A GREAT deal of what passes for serious political discussion these days is plain old textbook-variety fallacious reasoning. Of course, the commission of logical fallacies occurs across the political spectrum, among liberals no less than conservatives. But the art of fallacious persuasion seems to have reached new heights in the realm of that recently rejuvenated medium - talk radio. Here the voice of Rush Limbaugh holds sway.

Rush is not unique in logical sin. Most of us commit fallacies (though not quite with Mr. Limbaugh's prolificacy). But with a weekly media audience of tens of millions (''dittoheads,'' as they are known), Limbaugh has the potential for enormous political influence. It's obviously desirable that he be held to the highest standards of reason.
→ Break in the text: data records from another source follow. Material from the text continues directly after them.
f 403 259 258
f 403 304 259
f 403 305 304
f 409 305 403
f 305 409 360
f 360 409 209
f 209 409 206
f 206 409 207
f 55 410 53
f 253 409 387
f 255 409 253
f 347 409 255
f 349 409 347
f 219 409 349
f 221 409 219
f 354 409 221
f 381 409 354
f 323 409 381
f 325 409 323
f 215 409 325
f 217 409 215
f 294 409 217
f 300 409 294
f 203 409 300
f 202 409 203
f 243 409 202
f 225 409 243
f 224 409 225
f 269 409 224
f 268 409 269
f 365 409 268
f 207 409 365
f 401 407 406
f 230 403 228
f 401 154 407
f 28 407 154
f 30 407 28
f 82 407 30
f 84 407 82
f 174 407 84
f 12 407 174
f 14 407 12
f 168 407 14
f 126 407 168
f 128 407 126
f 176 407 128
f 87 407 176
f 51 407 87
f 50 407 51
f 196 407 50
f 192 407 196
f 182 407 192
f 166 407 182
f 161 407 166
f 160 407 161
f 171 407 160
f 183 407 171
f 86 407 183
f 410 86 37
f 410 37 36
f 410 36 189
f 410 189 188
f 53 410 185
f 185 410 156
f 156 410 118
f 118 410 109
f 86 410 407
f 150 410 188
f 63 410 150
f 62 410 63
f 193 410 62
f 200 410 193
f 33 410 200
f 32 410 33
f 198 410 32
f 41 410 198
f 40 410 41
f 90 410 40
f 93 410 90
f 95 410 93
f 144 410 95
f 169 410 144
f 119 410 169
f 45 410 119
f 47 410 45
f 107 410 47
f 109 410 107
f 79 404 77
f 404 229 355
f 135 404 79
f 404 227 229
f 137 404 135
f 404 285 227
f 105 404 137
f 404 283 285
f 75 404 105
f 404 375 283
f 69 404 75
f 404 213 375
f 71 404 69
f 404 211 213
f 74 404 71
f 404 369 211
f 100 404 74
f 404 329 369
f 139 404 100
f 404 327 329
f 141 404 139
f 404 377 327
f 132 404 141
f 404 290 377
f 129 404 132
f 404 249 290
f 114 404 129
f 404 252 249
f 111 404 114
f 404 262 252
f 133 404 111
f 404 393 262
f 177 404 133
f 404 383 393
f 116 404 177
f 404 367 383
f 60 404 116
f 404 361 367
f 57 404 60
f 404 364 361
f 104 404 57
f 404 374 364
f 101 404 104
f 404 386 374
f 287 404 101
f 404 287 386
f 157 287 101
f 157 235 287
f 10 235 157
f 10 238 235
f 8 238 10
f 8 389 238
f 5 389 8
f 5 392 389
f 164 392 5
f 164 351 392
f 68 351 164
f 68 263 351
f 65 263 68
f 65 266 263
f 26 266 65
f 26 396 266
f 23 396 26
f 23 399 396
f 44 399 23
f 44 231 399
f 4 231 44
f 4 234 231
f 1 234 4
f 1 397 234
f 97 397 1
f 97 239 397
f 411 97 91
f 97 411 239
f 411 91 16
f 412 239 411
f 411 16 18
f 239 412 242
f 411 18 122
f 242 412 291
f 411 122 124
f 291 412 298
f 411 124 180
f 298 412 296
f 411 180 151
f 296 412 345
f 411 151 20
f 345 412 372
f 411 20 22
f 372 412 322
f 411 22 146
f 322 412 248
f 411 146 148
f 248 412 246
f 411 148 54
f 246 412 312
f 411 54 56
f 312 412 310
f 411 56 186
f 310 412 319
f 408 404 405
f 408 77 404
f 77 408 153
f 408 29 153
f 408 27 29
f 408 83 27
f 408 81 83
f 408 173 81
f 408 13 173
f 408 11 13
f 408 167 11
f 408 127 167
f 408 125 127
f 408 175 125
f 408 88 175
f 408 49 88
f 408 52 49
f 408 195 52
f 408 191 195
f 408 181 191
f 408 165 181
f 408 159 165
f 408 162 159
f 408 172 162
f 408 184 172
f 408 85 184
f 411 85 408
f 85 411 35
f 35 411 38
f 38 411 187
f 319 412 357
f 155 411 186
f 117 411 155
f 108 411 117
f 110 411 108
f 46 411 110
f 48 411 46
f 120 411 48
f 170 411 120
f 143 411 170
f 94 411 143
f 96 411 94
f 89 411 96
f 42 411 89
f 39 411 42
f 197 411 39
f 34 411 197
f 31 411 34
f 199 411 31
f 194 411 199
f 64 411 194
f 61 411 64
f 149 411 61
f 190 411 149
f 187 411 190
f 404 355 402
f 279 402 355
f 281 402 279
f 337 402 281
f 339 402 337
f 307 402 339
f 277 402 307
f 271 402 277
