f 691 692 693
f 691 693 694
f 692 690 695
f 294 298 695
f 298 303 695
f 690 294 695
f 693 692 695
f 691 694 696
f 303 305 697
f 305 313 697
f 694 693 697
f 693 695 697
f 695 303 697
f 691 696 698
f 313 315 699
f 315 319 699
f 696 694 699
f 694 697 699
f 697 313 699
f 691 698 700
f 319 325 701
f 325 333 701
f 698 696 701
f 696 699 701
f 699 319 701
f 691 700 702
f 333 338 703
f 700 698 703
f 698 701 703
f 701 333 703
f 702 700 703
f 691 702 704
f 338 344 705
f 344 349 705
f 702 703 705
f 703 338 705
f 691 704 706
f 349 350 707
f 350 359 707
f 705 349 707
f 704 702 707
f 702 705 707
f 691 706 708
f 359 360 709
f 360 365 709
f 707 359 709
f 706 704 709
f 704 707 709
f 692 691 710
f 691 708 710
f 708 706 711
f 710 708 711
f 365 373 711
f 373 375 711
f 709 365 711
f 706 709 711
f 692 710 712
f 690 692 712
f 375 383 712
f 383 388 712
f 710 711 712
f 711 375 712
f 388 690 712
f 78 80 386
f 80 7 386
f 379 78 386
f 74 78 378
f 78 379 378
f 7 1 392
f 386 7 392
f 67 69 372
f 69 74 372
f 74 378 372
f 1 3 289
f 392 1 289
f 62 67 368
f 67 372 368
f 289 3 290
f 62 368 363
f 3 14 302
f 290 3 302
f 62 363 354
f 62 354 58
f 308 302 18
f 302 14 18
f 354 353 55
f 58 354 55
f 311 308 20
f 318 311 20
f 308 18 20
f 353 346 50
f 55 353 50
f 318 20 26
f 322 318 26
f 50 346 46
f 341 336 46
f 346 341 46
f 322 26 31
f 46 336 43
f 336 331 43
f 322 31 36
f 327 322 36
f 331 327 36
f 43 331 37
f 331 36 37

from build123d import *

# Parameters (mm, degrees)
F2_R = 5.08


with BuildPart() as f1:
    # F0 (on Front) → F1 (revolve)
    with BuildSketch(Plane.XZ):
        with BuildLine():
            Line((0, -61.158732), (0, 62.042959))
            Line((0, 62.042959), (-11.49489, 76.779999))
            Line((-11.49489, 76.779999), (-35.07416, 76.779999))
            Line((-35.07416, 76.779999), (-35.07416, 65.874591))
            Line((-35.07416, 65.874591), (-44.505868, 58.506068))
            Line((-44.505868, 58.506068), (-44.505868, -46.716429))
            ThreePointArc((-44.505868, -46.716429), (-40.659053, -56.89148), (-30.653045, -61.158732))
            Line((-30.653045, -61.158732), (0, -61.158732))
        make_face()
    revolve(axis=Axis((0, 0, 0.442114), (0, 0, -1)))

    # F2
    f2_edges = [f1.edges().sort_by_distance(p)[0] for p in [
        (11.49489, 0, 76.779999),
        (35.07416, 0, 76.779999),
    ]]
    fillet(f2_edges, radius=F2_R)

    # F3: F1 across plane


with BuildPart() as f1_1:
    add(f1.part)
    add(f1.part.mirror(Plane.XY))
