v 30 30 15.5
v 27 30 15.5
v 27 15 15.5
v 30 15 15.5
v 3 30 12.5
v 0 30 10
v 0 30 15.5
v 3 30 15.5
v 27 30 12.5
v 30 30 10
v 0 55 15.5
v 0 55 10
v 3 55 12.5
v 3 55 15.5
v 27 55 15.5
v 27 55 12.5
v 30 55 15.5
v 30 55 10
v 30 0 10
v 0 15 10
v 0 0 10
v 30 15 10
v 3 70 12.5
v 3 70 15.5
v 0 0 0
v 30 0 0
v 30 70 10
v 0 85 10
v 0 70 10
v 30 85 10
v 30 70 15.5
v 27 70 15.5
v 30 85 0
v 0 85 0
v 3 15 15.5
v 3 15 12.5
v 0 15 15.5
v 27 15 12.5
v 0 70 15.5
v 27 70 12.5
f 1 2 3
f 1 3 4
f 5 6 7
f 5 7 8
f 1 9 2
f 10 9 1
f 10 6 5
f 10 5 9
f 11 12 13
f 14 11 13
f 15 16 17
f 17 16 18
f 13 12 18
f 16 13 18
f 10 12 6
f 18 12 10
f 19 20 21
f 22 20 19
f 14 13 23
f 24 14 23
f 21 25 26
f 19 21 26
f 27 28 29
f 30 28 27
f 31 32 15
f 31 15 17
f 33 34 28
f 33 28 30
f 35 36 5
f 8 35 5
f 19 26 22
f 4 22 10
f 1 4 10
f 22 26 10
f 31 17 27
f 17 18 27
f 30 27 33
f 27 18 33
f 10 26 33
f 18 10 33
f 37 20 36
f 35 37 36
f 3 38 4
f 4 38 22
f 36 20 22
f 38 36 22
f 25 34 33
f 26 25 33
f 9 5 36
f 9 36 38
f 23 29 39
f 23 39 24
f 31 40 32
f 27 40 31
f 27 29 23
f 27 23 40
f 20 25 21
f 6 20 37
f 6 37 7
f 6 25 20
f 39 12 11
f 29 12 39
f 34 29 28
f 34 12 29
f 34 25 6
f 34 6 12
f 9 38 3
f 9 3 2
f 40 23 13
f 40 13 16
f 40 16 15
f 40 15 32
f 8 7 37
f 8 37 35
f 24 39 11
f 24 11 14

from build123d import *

# Parameters (mm, degrees)
SKETCH1_W           = 30
SKETCH1_H           = 85
BOSS_EXTRUDE1_DEPTH = 10
SKETCH2_W           = 30
SKETCH2_H           = 15
BOSS_EXTRUDE2_DEPTH = 2.5
SKETCH3_W           = 3
SKETCH3_H           = 15
BOSS_EXTRUDE3_DEPTH = 3


with BuildPart() as part:
    # Sketch1 → Boss-Extrude1 (new body)
    with BuildSketch(Plane.XY):
        with Locations((15, 42.5)):
            Rectangle(SKETCH1_W, SKETCH1_H)
    extrude(amount=BOSS_EXTRUDE1_DEPTH)

    # Sketch2 → Boss-Extrude2 (add)
    with BuildSketch(Plane.XY.offset(10)):
        with Locations((15, 62.5)):
            Rectangle(SKETCH2_W, SKETCH2_H)
        with Locations((15, 22.5)):
            Rectangle(SKETCH2_W, SKETCH2_H)
    extrude(amount=BOSS_EXTRUDE2_DEPTH)

    # Sketch3 → Boss-Extrude3 (add)
    with BuildSketch(Plane.XY.offset(12.5)):
        with Locations((28.5, 62.5)):
            Rectangle(SKETCH3_W, SKETCH3_H)
        with Locations((28.5, 22.5)):
            Rectangle(SKETCH3_W, SKETCH3_H)
        with Locations((1.5, 22.5)):
            Rectangle(SKETCH3_W, SKETCH3_H)
        with Locations((1.5, 62.5)):
            Rectangle(SKETCH3_W, SKETCH3_H)
    extrude(amount=BOSS_EXTRUDE3_DEPTH)


solid = part.part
In ''Logic and Mr. Limbaugh: A Dittohead's Guide to Fallacious Reasoning,'' I take Rush to task for more than a little sloppy thinking, and I try to impart a few lessons in the avoidance of logical legerdemain. Rush is not always wrong, of course. But he's not ''documented to be right 97.9 percent of the time'' (as he likes to say) either. Below, I offer a few modest examples - just for entertainment, of course.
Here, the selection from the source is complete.